Additionally, we know that this is a very specific item, so be sure to pass it on to another parent with a toddler when your kid is through with it. What keeps clutter out of your life one day, can easily become clutter the next.

(via Ohdeedoh)

24 Comments for “The Loopa Bowl”

  1. posted by Deb on

    Very interesting design! And it looks like it could hold an apple core!

  2. posted by Tigerblade on

    So what happens when the kid grabs it and whips it around? Does the inner bowl spin fast enough to keep whatever’s in there from flying across the room?

    I think this would be great for slow-moving twists and turns, but anything beyond that would worry me.

  3. posted by Sarah on

    Cool. They should market it with a bottle of Gorilla Glue. A kid can’t throw the whole bowl with his hand glued to it.

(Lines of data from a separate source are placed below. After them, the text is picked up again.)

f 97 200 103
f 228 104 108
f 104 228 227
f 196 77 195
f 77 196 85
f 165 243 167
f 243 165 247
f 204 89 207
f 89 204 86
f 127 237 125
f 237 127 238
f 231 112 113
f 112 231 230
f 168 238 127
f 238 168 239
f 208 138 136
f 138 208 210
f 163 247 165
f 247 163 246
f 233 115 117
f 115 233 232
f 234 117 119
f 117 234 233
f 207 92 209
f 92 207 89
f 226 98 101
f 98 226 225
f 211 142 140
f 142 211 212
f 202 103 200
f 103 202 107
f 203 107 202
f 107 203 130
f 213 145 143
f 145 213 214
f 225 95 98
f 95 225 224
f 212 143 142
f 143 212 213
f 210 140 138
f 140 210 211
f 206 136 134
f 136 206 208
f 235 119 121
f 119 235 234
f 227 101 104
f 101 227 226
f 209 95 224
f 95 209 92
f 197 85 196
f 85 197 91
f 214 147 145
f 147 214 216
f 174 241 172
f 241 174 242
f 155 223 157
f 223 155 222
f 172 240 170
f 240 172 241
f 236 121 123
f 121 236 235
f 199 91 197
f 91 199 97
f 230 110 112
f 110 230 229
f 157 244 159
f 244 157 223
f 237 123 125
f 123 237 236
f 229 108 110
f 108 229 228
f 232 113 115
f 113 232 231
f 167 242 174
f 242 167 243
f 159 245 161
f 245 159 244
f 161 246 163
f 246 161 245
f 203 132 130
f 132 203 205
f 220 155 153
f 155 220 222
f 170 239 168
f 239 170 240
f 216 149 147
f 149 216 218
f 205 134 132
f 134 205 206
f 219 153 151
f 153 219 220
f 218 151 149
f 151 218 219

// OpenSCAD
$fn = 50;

    So, what do we do about handfuls of Cheerios being thrown?

    Back to the drawing board.

  4. posted by Sarah on

    Your kid is clearly more sedate than mine.

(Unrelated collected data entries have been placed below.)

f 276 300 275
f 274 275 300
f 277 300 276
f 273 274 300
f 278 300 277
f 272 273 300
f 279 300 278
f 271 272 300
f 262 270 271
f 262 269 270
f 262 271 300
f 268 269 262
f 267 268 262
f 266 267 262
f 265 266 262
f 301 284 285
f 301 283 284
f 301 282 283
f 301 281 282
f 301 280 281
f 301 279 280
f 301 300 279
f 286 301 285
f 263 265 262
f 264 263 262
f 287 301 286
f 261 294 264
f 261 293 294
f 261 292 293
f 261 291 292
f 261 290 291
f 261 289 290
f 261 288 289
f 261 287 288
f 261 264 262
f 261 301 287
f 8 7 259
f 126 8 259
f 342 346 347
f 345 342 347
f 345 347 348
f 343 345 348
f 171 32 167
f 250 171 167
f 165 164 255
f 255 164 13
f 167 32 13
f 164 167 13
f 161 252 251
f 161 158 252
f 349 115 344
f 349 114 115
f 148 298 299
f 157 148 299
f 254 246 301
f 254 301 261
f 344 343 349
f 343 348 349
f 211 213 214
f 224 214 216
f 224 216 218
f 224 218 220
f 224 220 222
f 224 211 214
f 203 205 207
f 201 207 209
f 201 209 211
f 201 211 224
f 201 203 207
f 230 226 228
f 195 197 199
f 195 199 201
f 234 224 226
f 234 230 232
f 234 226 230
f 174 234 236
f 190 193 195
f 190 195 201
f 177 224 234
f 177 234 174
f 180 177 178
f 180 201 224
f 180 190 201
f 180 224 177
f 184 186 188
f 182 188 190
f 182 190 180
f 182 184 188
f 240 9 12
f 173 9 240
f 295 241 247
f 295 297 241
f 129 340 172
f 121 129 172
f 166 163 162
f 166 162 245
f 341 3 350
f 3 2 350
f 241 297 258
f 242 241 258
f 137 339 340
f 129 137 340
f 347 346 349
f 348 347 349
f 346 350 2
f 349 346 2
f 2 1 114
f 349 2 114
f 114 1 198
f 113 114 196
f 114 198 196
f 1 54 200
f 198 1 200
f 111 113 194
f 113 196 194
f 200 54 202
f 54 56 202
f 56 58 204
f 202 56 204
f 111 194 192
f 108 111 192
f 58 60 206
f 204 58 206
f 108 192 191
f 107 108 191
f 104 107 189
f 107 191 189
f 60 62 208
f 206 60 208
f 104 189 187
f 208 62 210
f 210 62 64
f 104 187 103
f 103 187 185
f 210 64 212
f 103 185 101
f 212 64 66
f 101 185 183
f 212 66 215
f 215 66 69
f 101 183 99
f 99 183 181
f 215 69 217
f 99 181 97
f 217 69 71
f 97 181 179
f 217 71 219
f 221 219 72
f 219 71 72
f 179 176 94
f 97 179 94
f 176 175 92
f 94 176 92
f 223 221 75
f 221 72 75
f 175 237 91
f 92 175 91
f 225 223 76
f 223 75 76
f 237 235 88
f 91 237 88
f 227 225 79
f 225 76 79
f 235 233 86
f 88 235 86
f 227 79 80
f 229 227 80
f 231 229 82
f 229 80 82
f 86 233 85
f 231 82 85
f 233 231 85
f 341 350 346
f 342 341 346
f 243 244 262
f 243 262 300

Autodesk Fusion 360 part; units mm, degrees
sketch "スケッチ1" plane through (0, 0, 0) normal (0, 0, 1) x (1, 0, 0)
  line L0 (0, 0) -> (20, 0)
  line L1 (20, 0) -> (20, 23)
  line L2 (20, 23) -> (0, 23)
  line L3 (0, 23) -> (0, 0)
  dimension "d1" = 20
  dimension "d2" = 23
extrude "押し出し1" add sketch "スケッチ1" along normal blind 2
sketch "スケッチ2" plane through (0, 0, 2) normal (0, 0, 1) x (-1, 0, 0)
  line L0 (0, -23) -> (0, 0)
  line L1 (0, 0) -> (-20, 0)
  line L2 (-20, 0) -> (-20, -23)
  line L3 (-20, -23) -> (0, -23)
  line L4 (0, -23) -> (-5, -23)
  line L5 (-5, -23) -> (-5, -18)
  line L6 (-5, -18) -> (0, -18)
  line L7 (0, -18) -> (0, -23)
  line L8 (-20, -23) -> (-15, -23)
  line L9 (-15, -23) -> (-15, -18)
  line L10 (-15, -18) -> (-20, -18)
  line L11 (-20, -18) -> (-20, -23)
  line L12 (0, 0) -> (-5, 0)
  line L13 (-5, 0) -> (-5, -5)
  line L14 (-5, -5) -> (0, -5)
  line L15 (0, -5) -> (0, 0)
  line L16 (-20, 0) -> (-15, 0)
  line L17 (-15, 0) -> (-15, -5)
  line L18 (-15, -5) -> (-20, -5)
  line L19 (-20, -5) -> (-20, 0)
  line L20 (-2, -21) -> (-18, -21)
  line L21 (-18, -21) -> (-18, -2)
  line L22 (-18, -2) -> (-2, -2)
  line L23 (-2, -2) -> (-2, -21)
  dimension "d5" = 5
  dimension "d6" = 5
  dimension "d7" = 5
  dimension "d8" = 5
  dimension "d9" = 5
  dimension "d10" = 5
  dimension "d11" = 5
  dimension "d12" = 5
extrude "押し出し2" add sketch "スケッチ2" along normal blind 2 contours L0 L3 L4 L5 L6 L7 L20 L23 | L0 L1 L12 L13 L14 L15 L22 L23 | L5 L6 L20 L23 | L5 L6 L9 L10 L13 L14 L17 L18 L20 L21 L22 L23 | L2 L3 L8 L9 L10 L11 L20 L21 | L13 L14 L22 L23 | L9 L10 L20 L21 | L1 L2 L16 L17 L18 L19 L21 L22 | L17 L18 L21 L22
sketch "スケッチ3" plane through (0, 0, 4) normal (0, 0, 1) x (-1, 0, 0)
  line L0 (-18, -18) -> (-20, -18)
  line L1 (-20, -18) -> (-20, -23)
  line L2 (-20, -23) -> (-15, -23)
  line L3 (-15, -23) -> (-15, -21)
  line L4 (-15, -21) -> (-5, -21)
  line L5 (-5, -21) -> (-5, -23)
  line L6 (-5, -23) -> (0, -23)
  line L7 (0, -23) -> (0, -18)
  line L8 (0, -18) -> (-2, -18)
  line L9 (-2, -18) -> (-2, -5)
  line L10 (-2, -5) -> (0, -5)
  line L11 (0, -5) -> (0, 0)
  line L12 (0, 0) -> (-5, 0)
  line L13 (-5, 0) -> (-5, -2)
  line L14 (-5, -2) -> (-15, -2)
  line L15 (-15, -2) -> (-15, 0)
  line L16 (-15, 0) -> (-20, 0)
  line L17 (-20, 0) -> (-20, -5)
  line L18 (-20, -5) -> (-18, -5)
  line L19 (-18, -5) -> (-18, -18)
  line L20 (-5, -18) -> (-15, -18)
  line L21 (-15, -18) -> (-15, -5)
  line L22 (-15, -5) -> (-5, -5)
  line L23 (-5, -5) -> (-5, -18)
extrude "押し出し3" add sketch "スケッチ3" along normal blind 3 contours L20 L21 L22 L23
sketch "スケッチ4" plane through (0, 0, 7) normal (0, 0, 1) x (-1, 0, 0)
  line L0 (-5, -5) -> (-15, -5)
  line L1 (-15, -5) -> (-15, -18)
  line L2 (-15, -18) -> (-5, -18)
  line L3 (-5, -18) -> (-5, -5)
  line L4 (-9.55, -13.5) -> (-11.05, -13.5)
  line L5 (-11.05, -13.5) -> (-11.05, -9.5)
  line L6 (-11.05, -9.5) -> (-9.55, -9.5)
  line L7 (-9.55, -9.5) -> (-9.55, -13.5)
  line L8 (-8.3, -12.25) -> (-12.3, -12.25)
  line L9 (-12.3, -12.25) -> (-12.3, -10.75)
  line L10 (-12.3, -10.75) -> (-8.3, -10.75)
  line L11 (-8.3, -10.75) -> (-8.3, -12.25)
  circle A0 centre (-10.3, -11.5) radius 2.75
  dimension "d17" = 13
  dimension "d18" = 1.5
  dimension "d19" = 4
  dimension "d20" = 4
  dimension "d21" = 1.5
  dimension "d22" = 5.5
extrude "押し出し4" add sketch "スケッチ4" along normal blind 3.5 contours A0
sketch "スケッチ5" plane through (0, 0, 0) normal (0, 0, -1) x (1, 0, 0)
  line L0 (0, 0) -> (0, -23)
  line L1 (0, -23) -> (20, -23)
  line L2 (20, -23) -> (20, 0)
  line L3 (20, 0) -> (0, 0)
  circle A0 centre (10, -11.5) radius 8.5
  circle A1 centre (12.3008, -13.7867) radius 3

  5. posted by Springpeeper on

    Speaking of Cheerios, did you know that the average diameter of a Cheerio is the same as the diameter of the holes on the bottom of a piece of Duplo? (Guess how I know…)

    I’m not convinced that this bowl will solve the problem of spilled snacks. And it looks dang hard to clean!

    Save your money and keep a Unitasker out of your home. Put the snacks in a bag or don’t allow snacking in the car.

  6. posted by L on

    My problem with Cheerios has less to do with the container and more to do with how my daughter transfers cereal from container to mouth: Insert hand into container, pull out 20 Cheerios, shove fist into mouth, pull fist out of mouth, release onto floor whatever Cheerios were not successfully captured by mouth.

  7. posted by timgray on

    Makes spilling treats impossible. Wanna bet $500.00 on that?
    I know my grandson will spill out the contents in 6 seconds. ohh the inner one swivels, what happens if I push on that… oops everything spilled.

    Neat idea that misses the fact that toddlers do not do things logically.

  8. posted by Sue on

    If it swivels will it also spin? Instead of Cheerios on the floor, I’d be finding Cheerios on the ceiling, the dashboard, the rear view mirror…………..

  9. posted by ana on

    I can’t believe you give your child junk food to keep her entertained! Eating because you’re bored is a horrible habit to deliberately inflict on your child. How about a toy instead? Which is pretty much what something brightly colored that spins food around is going to turn into.

  10. posted by KevinS on

    Ana – try not being so judgmental. Children (and adults!) need healthy snacks throughout the day. Are there healthier snacks than cheerios? Sure, but I’d hardly consider it junk food. We give our daughter snacks like this pretty regularly, too. It helps get some grains in her diet (since most sit-down meals for us are veggies and some meat) and gives her good practice using her new chompers.

  11. posted by Sue on

    Cheerios are a snack, not a tool to offset boredom. They also allow toddlers to practice their pincer technique and learn to coordinate hand movements. Ana, you can also put tofu cubes in there, if you like.

  12. posted by Matt on

    Crap flash website defeating the point of the web with no deep links and impossible to view on a less-than-17″ screen. Boo.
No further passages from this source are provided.